The comptroller added, "These [sweeps] are counterproductive, and they fail utterly to connect people to services and to shelter."

While Mayor Bill de Blasio increased the number of sweeps during the COVID-19 pandemic, Mayor Adams put the NYPD back in charge of leading the actions.

Lander's audit covered only the participation of the Department of Homeless Services in the sweeps, and focused on whether people found shelter or other support; it did not track if there were arrests or where people's belongings were taken. The audit was also narrowly focused on just the months between March and November of last year. According to the comptroller, DHS didn't collect data on what happened to every person encountered at those sweeps, only those who accepted shelter, and even then, DHS didn't continue to closely track people once they entered shelters to see if they had been placed in permanent housing. 

In the audit, Lander urges the City to pursue a "Housing First" strategy, utilized by other cities like Houston, that puts people who are street homeless directly into housing, instead of making them jump through administrative hoops. New York City had previously used the approach to help homeless veterans, which reduced the number of homeless veterans on New York City streets by 90 percent

Over the past few months, City Hall has expanded the use of "Safe Haven" shelters, which are single rooms for unhoused people who might be resistant to staying in the City's group shelter settings.
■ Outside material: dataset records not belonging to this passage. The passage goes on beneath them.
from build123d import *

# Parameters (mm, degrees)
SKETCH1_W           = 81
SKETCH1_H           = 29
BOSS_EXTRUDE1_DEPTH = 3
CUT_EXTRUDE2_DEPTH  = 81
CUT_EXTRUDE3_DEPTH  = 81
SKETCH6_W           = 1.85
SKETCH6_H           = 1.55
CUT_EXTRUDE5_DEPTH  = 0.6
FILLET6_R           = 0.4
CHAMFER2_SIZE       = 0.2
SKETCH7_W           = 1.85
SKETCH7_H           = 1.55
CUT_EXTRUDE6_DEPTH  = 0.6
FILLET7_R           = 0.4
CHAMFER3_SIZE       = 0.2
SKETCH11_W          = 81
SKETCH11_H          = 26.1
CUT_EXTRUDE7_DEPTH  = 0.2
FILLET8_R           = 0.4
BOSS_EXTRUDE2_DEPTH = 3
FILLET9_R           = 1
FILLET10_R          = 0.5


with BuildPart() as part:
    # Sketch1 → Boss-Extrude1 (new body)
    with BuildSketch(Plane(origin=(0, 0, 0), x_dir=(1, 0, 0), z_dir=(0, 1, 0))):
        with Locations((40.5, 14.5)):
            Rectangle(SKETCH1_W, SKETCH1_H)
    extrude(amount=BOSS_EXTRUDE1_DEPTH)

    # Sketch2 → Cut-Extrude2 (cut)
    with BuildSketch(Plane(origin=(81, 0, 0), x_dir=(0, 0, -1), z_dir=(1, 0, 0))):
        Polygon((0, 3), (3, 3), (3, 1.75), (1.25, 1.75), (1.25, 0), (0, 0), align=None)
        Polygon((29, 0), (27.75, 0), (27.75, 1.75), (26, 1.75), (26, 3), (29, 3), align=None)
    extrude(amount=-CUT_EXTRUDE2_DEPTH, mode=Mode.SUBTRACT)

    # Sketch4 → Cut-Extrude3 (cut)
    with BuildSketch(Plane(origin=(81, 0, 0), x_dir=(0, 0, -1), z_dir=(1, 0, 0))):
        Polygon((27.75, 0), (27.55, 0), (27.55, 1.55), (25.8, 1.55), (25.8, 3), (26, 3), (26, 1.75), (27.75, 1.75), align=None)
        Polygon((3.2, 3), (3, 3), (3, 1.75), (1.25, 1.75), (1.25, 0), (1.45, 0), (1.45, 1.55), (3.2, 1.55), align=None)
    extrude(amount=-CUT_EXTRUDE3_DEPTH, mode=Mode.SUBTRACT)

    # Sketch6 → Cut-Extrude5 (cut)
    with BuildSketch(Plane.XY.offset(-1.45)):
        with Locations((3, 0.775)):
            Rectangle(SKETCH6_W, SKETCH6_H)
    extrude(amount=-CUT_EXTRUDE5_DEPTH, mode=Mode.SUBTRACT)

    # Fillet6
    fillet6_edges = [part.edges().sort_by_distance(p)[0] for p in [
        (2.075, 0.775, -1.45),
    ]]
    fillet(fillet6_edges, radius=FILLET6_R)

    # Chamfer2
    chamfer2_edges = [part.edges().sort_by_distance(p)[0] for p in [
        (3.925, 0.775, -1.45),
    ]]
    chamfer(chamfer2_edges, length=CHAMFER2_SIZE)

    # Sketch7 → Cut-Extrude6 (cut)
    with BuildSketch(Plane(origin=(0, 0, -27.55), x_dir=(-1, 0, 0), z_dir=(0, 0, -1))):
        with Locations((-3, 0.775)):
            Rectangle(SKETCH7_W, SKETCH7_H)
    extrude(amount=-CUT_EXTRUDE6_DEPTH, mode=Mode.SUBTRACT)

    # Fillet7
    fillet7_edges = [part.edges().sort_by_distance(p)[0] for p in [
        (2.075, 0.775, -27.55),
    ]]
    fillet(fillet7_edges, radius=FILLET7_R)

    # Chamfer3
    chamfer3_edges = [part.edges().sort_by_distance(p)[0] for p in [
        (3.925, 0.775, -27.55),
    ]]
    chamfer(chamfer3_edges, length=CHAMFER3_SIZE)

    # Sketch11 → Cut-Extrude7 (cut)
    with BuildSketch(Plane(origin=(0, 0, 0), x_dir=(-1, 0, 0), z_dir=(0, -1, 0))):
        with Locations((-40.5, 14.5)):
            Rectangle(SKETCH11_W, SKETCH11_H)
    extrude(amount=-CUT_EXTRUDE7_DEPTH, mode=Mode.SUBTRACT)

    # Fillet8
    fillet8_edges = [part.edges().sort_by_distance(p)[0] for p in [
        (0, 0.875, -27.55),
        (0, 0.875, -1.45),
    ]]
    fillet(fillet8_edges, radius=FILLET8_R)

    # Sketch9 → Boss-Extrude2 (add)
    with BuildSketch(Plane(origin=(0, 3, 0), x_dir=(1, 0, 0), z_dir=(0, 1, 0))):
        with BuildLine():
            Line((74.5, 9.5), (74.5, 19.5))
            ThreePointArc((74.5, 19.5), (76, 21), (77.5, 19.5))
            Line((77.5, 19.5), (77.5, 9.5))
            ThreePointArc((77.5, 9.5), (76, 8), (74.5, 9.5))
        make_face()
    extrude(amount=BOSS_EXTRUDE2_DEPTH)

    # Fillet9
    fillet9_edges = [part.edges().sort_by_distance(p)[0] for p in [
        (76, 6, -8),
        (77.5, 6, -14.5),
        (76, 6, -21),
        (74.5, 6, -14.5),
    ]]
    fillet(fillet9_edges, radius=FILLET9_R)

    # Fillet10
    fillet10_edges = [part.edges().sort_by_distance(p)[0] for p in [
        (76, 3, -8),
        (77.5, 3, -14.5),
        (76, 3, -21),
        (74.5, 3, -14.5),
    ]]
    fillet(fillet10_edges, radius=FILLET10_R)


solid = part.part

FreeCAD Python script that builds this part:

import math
import FreeCAD as App
import Part
import Sketcher
from FreeCAD import Vector
Q = App.Units.Quantity


def edges_at(feature, points):
    """Names of the edges that pass closest to the given points."""
    edges = feature.Shape.Edges
    near = lambda p: min(range(len(edges)), key=lambda i: edges[i].distToShape(Part.Vertex(*p))[0])
    return sorted({f"Edge{near(p) + 1}" for p in points})

doc = App.newDocument("Part")
params = doc.addObject("Spreadsheet::Sheet", "Params")
for row, (alias, value) in enumerate([
    ("sketch1_width", "81 mm"),
    ("sketch1_height", "29 mm"),
    ("pad1_length", "3 mm"),
    ("sketch2_width", "3 mm"),
    ("sketch2_width2", "1.75 mm"),
    ("pocket1_length", "81 mm"),
    ("sketch3_height", "0.2 mm"),
    ("sketch3_width", "1.75 mm"),
    ("sketch3_width2", "1.45 mm"),
    ("pocket2_length", "81 mm"),
    ("sketch4_width", "1.85 mm"),
    ("sketch4_height", "1.55 mm"),
    ("pocket3_length", "0.6 mm"),
    ("fillet_radius", "0.4 mm"),
    ("chamfer_size", "0.2 mm"),
    ("sketch5_width", "1.85 mm"),
    ("sketch5_height", "1.55 mm"),
    ("pocket4_length", "0.6 mm"),
    ("fillet2_radius", "0.4 mm"),
    ("chamfer2_size", "0.2 mm"),
    ("sketch6_width", "81 mm"),
    ("sketch6_height", "26.1 mm"),
    ("pocket5_length", "0.2 mm"),
    ("fillet3_radius", "0.4 mm"),
    ("sketch7_radius", "1.5 mm"),
    ("sketch7_height", "10 mm"),
    ("pad2_length", "3 mm"),
    ("fillet4_radius", "1 mm"),
    ("fillet5_radius", "0.5 mm"),
], start=1):
    params.set(f"A{row}", alias)
    params.set(f"B{row}", "=" + value)
    params.setAlias(f"B{row}", alias)

body = doc.addObject("PartDesign::Body", "Body")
Lander urged the Adams administration to continue to expand the program, which he said was vastly "outperforming" the sweeps model, with over twenty people now in permanent housing. 
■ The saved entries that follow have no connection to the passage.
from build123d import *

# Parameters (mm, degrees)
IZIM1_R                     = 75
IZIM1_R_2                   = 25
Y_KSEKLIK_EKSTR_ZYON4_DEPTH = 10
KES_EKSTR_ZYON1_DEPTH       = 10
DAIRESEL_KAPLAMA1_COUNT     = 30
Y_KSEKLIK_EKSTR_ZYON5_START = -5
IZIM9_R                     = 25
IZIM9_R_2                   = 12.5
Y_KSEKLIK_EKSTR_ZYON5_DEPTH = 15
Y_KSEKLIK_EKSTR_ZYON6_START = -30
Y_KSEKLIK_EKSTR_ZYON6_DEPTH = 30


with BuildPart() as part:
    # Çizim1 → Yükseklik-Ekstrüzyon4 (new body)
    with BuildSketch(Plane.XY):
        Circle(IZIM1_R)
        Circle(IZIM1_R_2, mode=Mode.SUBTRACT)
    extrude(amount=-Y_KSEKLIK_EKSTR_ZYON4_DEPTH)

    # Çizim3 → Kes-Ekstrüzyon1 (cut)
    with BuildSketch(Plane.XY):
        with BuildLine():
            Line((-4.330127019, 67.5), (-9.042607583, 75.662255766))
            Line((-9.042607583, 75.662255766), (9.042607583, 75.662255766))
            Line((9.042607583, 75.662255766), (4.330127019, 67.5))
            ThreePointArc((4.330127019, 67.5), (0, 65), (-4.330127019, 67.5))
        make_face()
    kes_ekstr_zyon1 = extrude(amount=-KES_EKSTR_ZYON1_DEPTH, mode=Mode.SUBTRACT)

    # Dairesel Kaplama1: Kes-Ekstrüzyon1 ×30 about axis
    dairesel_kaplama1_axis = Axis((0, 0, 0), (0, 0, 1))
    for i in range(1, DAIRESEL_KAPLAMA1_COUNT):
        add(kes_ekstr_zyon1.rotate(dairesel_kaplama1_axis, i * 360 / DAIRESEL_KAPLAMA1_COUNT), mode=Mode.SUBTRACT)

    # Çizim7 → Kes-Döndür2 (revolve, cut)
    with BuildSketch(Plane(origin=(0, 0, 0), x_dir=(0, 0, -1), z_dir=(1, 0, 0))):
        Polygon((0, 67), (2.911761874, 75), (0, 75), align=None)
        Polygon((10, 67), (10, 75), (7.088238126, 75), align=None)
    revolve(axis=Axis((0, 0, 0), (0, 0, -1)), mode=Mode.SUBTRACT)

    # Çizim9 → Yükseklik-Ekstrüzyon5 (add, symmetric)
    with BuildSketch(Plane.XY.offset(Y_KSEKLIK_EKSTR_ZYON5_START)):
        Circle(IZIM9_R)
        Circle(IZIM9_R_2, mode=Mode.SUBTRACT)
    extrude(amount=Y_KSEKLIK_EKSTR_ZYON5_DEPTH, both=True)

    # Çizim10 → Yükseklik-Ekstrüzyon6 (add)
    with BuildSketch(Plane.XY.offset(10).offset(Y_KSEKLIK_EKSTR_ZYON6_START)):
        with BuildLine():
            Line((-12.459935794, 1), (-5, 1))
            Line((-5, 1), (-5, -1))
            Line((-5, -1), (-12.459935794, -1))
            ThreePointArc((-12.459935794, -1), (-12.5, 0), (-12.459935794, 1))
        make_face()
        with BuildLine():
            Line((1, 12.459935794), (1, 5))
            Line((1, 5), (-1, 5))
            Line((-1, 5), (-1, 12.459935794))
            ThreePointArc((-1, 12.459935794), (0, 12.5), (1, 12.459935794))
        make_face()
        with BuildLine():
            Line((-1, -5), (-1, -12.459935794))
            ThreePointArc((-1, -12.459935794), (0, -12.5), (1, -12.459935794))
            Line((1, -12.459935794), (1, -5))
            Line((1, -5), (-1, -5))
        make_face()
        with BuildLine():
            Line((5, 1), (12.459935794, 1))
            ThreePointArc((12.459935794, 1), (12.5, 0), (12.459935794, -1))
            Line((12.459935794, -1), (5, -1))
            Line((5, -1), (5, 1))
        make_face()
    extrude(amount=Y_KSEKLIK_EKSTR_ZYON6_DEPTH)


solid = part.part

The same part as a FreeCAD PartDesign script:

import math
import FreeCAD as App
import Part
import Sketcher

V = App.Vector
Q = App.Units.Quantity


def add_polygon(sketch, points):
    """Adds a closed chain of lines whose ends are joined by coincident constraints."""
    first, n = sketch.GeometryCount, len(points)
    for a, b in zip(points, points[1:] + points[:1]):
        sketch.addGeometry(Part.LineSegment(App.Vector(*a, 0), App.Vector(*b, 0)), False)
    for i in range(n):
        sketch.addConstraint(Sketcher.Constraint("Coincident", first + i, 2, first + (i + 1) % n, 1))

doc = App.newDocument("Part")
body = doc.addObject("PartDesign::Body", "Body")

# Sketch on XY plane
sketch1 = doc.addObject("Sketcher::SketchObject", "Sketch")
body.addObject(sketch1)
sketch1.AttachmentSupport = (doc.XY_Plane, [""])
sketch1.MapMode = "FlatFace"
sketch1.addGeometry([
    Part.Circle(V(0, 0, 0), V(0, 0, 1), 75),
    Part.Circle(V(0, 0, 0), V(0, 0, 1), 25),
], False)
sketch1.addConstraint([
    Sketcher.Constraint("Coincident", 0, 3, -1, 1),
    Sketcher.Constraint("Coincident", 1, 3, -1, 1),
    Sketcher.Constraint("Diameter", 0, 150.0),
    Sketcher.Constraint("Diameter", 1, 50.0),
])
pad1 = doc.addObject("PartDesign::Pad", "Pad")
body.addObject(pad1)
pad1.Profile = sketch1
pad1.Length = 10
pad1.Reversed = True

# Sketch on XY plane
sketch2 = doc.addObject("Sketcher::SketchObject", "Sketch001")
body.addObject(sketch2)
sketch2.AttachmentSupport = (doc.XY_Plane, [""])
sketch2.MapMode = "FlatFace"
sketch2.addGeometry([
    Part.LineSegment(V(-9.042608, 75.662256, 0), V(-4.330127, 67.5, 0)),
    Part.ArcOfCircle(Part.Circle(V(0, 70, 0), V(0, 0, 1), 5), math.radians(-150), math.radians(-30)),
    Part.LineSegment(V(4.330127, 67.5, 0), V(9.042608, 75.662256, 0)),
    Part.LineSegment(V(9.042608, 75.662256, 0), V(-9.042608, 75.662256, 0)),
], False)
sketch2.addConstraint([
    Sketcher.Constraint("Tangent", 0, 2, 1, 1),
    Sketcher.Constraint("Tangent", 1, 2, 2, 1),
    Sketcher.Constraint("Coincident", 2, 2, 3, 1),
    Sketcher.Constraint("Coincident", 3, 2, 0, 1),
    Sketcher.Constraint("Horizontal", 3),
    Sketcher.Constraint("Symmetric", 0, 2, 1, 2, -2),
    Sketcher.Constraint("Radius", 1, 5.0),
    Sketcher.Constraint("Angle", 0, Q("-60 deg")),
    Sketcher.Constraint("DistanceY", -1, 1, 1, 3, 70.0),
    Sketcher.Constraint("Distance", 0, 9.424961),
])
pocket1 = doc.addObject("PartDesign::Pocket", "Pocket")
body.addObject(pocket1)
pocket1.Profile = sketch2
pocket1.Length = 10
doc.recompute()

polarpattern = doc.addObject("PartDesign::PolarPattern", "PolarPattern")
body.addObject(polarpattern)
polarpattern.Originals = [pocket1]
polarpattern.Axis = (doc.Z_Axis, [""])
polarpattern.Angle = 360
polarpattern.Occurrences = 30
body.Tip = polarpattern

# Sketch on YZ plane
sketch3 = doc.addObject("Sketcher::SketchObject", "Sketch002")
body.addObject(sketch3)
sketch3.AttachmentSupport = (doc.YZ_Plane, [""])
sketch3.MapMode = "FlatFace"
add_polygon(sketch3, [(67, 0), (75, -2.911762), (75, 0)])  # lines 0-2
add_polygon(sketch3, [(67, -10), (75, -10), (75, -7.088238)])  # lines 3-5
sketch3.addConstraint([
    Sketcher.Constraint("Vertical", 1),
    Sketcher.Constraint("Horizontal", 2),
    Sketcher.Constraint("Horizontal", 3),
    Sketcher.Constraint("Vertical", 4),
    Sketcher.Constraint("PointOnObject", 1, 2, -1),
    Sketcher.Constraint("Vertical", 1, 2, 3, 2),
    Sketcher.Constraint("Vertical", 2, 2, 5, 2),
    Sketcher.Constraint("Equal", 1, 4),
    Sketcher.Constraint("DistanceX", 2, 2, 2, 1, 8.0),
    Sketcher.Constraint("Angle", 0, Q("-20 deg")),
    Sketcher.Constraint("DistanceX", -1, 1, 0, 2, 75.0),
    Sketcher.Constraint("DistanceY", 3, 2, -1, 1, 10.0),
])
groove = doc.addObject("PartDesign::Groove", "Groove")
body.addObject(groove)
groove.Profile = sketch3
groove.ReferenceAxis = (sketch3, ["V_Axis"])
groove.Angle = 360

# Sketch on XY plane
sketch4 = doc.addObject("Sketcher::SketchObject", "Sketch003")
body.addObject(sketch4)
sketch4.AttachmentSupport = (doc.XY_Plane, [""])
sketch4.MapMode = "FlatFace"
sketch4.AttachmentOffset = App.Placement(V(0, 0, -5), App.Rotation())
sketch4.addGeometry([
    Part.Circle(V(0, 0, 0), V(0, 0, 1), 25),
    Part.Circle(V(0, 0, 0), V(0, 0, 1), 12.5),
], False)
sketch4.addConstraint([
    Sketcher.Constraint("Coincident", 0, 3, -1, 1),
    Sketcher.Constraint("Coincident", 1, 3, -1, 1),
    Sketcher.Constraint("Diameter", 0, 50.0),
    Sketcher.Constraint("Diameter", 1, 25.0),
])
pad2 = doc.addObject("PartDesign::Pad", "Pad001")
body.addObject(pad2)
pad2.Profile = sketch4
pad2.Length = 30
pad2.Midplane = True

# Sketch on XY plane
sketch5 = doc.addObject("Sketcher::SketchObject", "Sketch004")
body.addObject(sketch5)
sketch5.AttachmentSupport = (doc.XY_Plane, [""])
sketch5.MapMode = "FlatFace"
sketch5.AttachmentOffset = App.Placement(V(0, 0, -20), App.Rotation())
sketch5.addGeometry([
    Part.LineSegment(V(-5, 1, 0), V(-12.459936, 1, 0)),  # 0
    Part.ArcOfCircle(Part.Circle(V(0, 0, 0), V(0, 0, 1), 12.5), math.radians(175.411434), math.radians(184.588566)),  # 1
    Part.LineSegment(V(-12.459936, -1, 0), V(-5, -1, 0)),  # 2
    Part.LineSegment(V(-5, -1, 0), V(-5, 1, 0)),  # 3
    Part.LineSegment(V(1, 5, 0), V(1, 12.459936, 0)),  # 4
    Part.ArcOfCircle(Part.Circle(V(0, 0, 0), V(0, 0, 1), 12.5), math.radians(85.411434), math.radians(94.588566)),  # 5
    Part.LineSegment(V(-1, 12.459936, 0), V(-1, 5, 0)),  # 6
    Part.LineSegment(V(-1, 5, 0), V(1, 5, 0)),  # 7
    Part.LineSegment(V(-1, -5, 0), V(-1, -12.459936, 0)),  # 8
    Part.ArcOfCircle(Part.Circle(V(0, 0, 0), V(0, 0, 1), 12.5), math.radians(-94.588566), math.radians(-85.411434)),  # 9
    Part.LineSegment(V(1, -12.459936, 0), V(1, -5, 0)),  # 10
    Part.LineSegment(V(1, -5, 0), V(-1, -5, 0)),  # 11
    Part.LineSegment(V(12.459936, 1, 0), V(5, 1, 0)),  # 12
    Part.LineSegment(V(5, 1, 0), V(5, -1, 0)),  # 13
    Part.LineSegment(V(5, -1, 0), V(12.459936, -1, 0)),  # 14
    Part.ArcOfCircle(Part.Circle(V(0, 0, 0), V(0, 0, 1), 12.5), math.radians(-4.588566), math.radians(4.588566)),  # 15
], False)
sketch5.addConstraint([
    Sketcher.Constraint("Coincident", 0, 2, 1, 1),
    Sketcher.Constraint("Coincident", 1, 2, 2, 1),
    Sketcher.Constraint("Coincident", 2, 2, 3, 1),
    Sketcher.Constraint("Coincident", 3, 2, 0, 1),
    Sketcher.Constraint("Coincident", 4, 2, 5, 1),
    Sketcher.Constraint("Coincident", 5, 2, 6, 1),
    Sketcher.Constraint("Coincident", 6, 2, 7, 1),
    Sketcher.Constraint("Coincident", 7, 2, 4, 1),
    Sketcher.Constraint("Coincident", 8, 2, 9, 1),
    Sketcher.Constraint("Coincident", 9, 2, 10, 1),
    Sketcher.Constraint("Coincident", 10, 2, 11, 1),
    Sketcher.Constraint("Coincident", 11, 2, 8, 1),
    Sketcher.Constraint("Coincident", 12, 2, 13, 1),
    Sketcher.Constraint("Coincident", 13, 2, 14, 1),
    Sketcher.Constraint("Coincident", 14, 2, 15, 1),
    Sketcher.Constraint("Coincident", 15, 2, 12, 1),
    Sketcher.Constraint("Horizontal", 0),
    Sketcher.Constraint("Horizontal", 2),
    Sketcher.Constraint("Vertical", 3),
    Sketcher.Constraint("Vertical", 4),
    Sketcher.Constraint("Vertical", 6),
    Sketcher.Constraint("Horizontal", 7),
    Sketcher.Constraint("Vertical", 8),
    Sketcher.Constraint("Vertical", 10),
    Sketcher.Constraint("Horizontal", 11),
    Sketcher.Constraint("Horizontal", 12),
    Sketcher.Constraint("Vertical", 13),
    Sketcher.Constraint("Horizontal", 14),
    Sketcher.Constraint("Coincident", 1, 3, -1, 1),
    Sketcher.Constraint("Coincident", 5, 3, -1, 1),
    Sketcher.Constraint("Coincident", 9, 3, -1, 1),
    Sketcher.Constraint("Coincident", 15, 3, -1, 1),
    Sketcher.Constraint("Equal", 1, 5),
    Sketcher.Constraint("Equal", 5, 9),
    Sketcher.Constraint("Equal", 9, 15),
    Sketcher.Constraint("Symmetric", 6, 2, 10, 2, -1, 1),
    Sketcher.Constraint("Symmetric", 2, 2, 12, 2, -1, 1),
    Sketcher.Constraint("Horizontal", 4, 2, 5, 2),
    Sketcher.Constraint("Horizontal", 8, 2, 9, 2),
    Sketcher.Constraint("Horizontal", 3, 2, 12, 2),
    Sketcher.Constraint("Horizontal", 2, 2, 13, 2),
    Sketcher.Constraint("Equal", 11, 3),
    Sketcher.Constraint("Equal", 14, 4),
    Sketcher.Constraint("Radius", 1, 12.5),
    Sketcher.Constraint("DistanceX", 7, 1, 7, 2, 2.0),
    Sketcher.Constraint("DistanceX", 2, 2, -1, 1, 5.0),
])
pad3 = doc.addObject("PartDesign::Pad", "Pad002")
body.addObject(pad3)
pad3.Profile = sketch5
pad3.Length = 30

doc.recompute()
Lander's audit is the latest broadside against City Hall launched by the comptroller's office, which has faulted the mayor on everything from the handling of the arrival of migrants, to depressing wages for delivery workers, to the City's decision to change its Medicare plan for its retired workers

The criticism appears to be hitting home. Earlier this month, Mayor Adams did an impression of Lander as the "loudest person in the city." 
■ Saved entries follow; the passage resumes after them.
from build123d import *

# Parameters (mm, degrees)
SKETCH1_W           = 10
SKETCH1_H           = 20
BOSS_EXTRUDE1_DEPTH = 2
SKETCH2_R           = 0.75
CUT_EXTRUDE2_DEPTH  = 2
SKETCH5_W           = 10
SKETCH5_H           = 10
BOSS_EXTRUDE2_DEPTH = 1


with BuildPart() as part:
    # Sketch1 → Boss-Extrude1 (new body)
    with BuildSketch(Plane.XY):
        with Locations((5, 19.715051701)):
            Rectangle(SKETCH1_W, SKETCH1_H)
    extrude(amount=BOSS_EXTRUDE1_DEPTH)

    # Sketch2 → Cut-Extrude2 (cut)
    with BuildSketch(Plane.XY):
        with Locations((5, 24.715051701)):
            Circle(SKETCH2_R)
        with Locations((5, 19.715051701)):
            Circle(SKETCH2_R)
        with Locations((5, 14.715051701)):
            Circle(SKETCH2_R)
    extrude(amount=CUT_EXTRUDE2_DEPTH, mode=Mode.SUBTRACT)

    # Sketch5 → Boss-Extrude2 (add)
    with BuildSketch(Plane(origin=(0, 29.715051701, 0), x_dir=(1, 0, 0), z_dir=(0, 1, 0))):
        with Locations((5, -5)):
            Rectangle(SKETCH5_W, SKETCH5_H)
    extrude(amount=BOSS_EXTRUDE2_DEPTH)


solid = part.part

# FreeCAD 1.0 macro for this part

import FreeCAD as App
import Part
import Sketcher

V = App.Vector
Q = App.Units.Quantity

doc = App.newDocument("Part")
body = doc.addObject("PartDesign::Body", "Body")

sketch1 = body.newObject("Sketcher::SketchObject", "Sketch")
sketch1.AttachmentSupport = (doc.getObject("XY_Plane"), [""])
sketch1.MapMode = "FlatFace"
sketch1.addGeometry(Part.LineSegment(V(0, 30, 0), V(0, 10, 0)), False)
sketch1.addGeometry(Part.LineSegment(V(0, 10, 0), V(10, 10, 0)), False)
sketch1.addGeometry(Part.LineSegment(V(10, 10, 0), V(10, 30, 0)), False)
sketch1.addGeometry(Part.LineSegment(V(10, 30, 0), V(0, 30, 0)), False)
sketch1.addConstraint(Sketcher.Constraint("Coincident", 0, 2, 1, 1))
sketch1.addConstraint(Sketcher.Constraint("Coincident", 1, 2, 2, 1))
sketch1.addConstraint(Sketcher.Constraint("Coincident", 2, 2, 3, 1))
sketch1.addConstraint(Sketcher.Constraint("Coincident", 3, 2, 0, 1))
sketch1.addConstraint(Sketcher.Constraint("Vertical", 0))
sketch1.addConstraint(Sketcher.Constraint("Horizontal", 1))
sketch1.addConstraint(Sketcher.Constraint("Vertical", 2))
sketch1.addConstraint(Sketcher.Constraint("Horizontal", 3))
sketch1.addConstraint(Sketcher.Constraint("PointOnObject", 0, 2, -2))
sketch1.addConstraint(Sketcher.Constraint("DistanceX", 1, 1, 1, 2, Q("10 mm")))
sketch1.addConstraint(Sketcher.Constraint("DistanceY", 0, 2, 0, 1, Q("20 mm")))
sketch1.addConstraint(Sketcher.Constraint("DistanceY", -1, 1, 0, 2, Q("9.715052 mm")))
pad1 = body.newObject("PartDesign::Pad", "Pad")
pad1.Profile = sketch1
pad1.Length = 2

sketch2 = body.newObject("Sketcher::SketchObject", "Sketch001")
sketch2.AttachmentSupport = (doc.getObject("XY_Plane"), [""])
sketch2.MapMode = "FlatFace"
sketch2.addGeometry(Part.Circle(V(5, 24.7, 0), V(0, 0, 1), 0.8), False)
sketch2.addGeometry(Part.Circle(V(5, 19.7, 0), V(0, 0, 1), 0.8), False)
sketch2.addGeometry(Part.Circle(V(5, 14.7, 0), V(0, 0, 1), 0.8), False)
sketch2.addConstraint(Sketcher.Constraint("Equal", 0, 1))
sketch2.addConstraint(Sketcher.Constraint("Equal", 1, 2))
sketch2.addConstraint(Sketcher.Constraint("Vertical", 0, 3, 1, 3))
sketch2.addConstraint(Sketcher.Constraint("Vertical", 1, 3, 2, 3))
sketch2.addConstraint(Sketcher.Constraint("Diameter", 0, Q("1.5 mm")))
sketch2.addConstraint(Sketcher.Constraint("DistanceX", -1, 1, 0, 3, Q("5 mm")))
sketch2.addConstraint(Sketcher.Constraint("DistanceY", 1, 3, 0, 3, Q("5 mm")))
sketch2.addConstraint(Sketcher.Constraint("DistanceY", 2, 3, 1, 3, Q("5 mm")))
sketch2.addConstraint(Sketcher.Constraint("DistanceY", -1, 1, 0, 3, Q("24.715052 mm")))
pocket1 = body.newObject("PartDesign::Pocket", "Pocket")
pocket1.Profile = sketch2
pocket1.Length = 2
pocket1.Reversed = True

sketch3 = body.newObject("Sketcher::SketchObject", "Sketch002")
sketch3.AttachmentSupport = (doc.getObject("XZ_Plane"), [""])
sketch3.MapMode = "FlatFace"
sketch3.AttachmentOffset = App.Placement(V(0, 0, -29.715052), App.Rotation())
sketch3.addGeometry(Part.LineSegment(V(0, 0, 0), V(0, 10, 0)), False)
sketch3.addGeometry(Part.LineSegment(V(0, 10, 0), V(10, 10, 0)), False)
sketch3.addGeometry(Part.LineSegment(V(10, 10, 0), V(10, 0, 0)), False)
sketch3.addGeometry(Part.LineSegment(V(10, 0, 0), V(0, 0, 0)), False)
sketch3.addConstraint(Sketcher.Constraint("Coincident", 0, 2, 1, 1))
sketch3.addConstraint(Sketcher.Constraint("Coincident", 1, 2, 2, 1))
sketch3.addConstraint(Sketcher.Constraint("Coincident", 2, 2, 3, 1))
sketch3.addConstraint(Sketcher.Constraint("Coincident", 3, 2, 0, 1))
sketch3.addConstraint(Sketcher.Constraint("Vertical", 0))
sketch3.addConstraint(Sketcher.Constraint("Horizontal", 1))
sketch3.addConstraint(Sketcher.Constraint("Vertical", 2))
sketch3.addConstraint(Sketcher.Constraint("Horizontal", 3))
sketch3.addConstraint(Sketcher.Constraint("Coincident", 3, 2, -1, 1))
sketch3.addConstraint(Sketcher.Constraint("Equal", 3, 0))
sketch3.addConstraint(Sketcher.Constraint("DistanceX", 1, 1, 1, 2, Q("10 mm")))
pad2 = body.newObject("PartDesign::Pad", "Pad001")
pad2.Profile = sketch3
pad2.Length = 1
pad2.Reversed = True

doc.recompute()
One curious omission in the comptroller's audit: just how much money was spent on the homeless sweeps. Hell Gate asked Lander if there was any investigation into the cost of NYPD enforcement, the hours that Sanitation workers spent trashing people's belongings, or an estimate of the value of the possessions of homeless individuals that were thrown into the garbage.

"It's something we're interested in," Lander replied, insisting that the purpose of this audit was to just make a cost comparison between shelters and permanent housing, rather than what resources went into clearing out homeless encampments. "But quite a lot of money was spent on the sweeps." 

In response to a request for comment, a City Hall spokesperson said, "Despite the inherent difficulty of this work, our efforts have been indisputably successful. In the first year of this initiative, New Yorkers experiencing unsheltered homelessness accepted services at six times the rate they did under the previous administration's approach and a significant majority of cleanups have not resulted in an encampment being re-established."

The spokesperson also said that City Hall has already acted on the comptroller's recommendation of pursuing a "Housing First" model, and that through its pilot program, 80 people have been moved directly from the street into housing.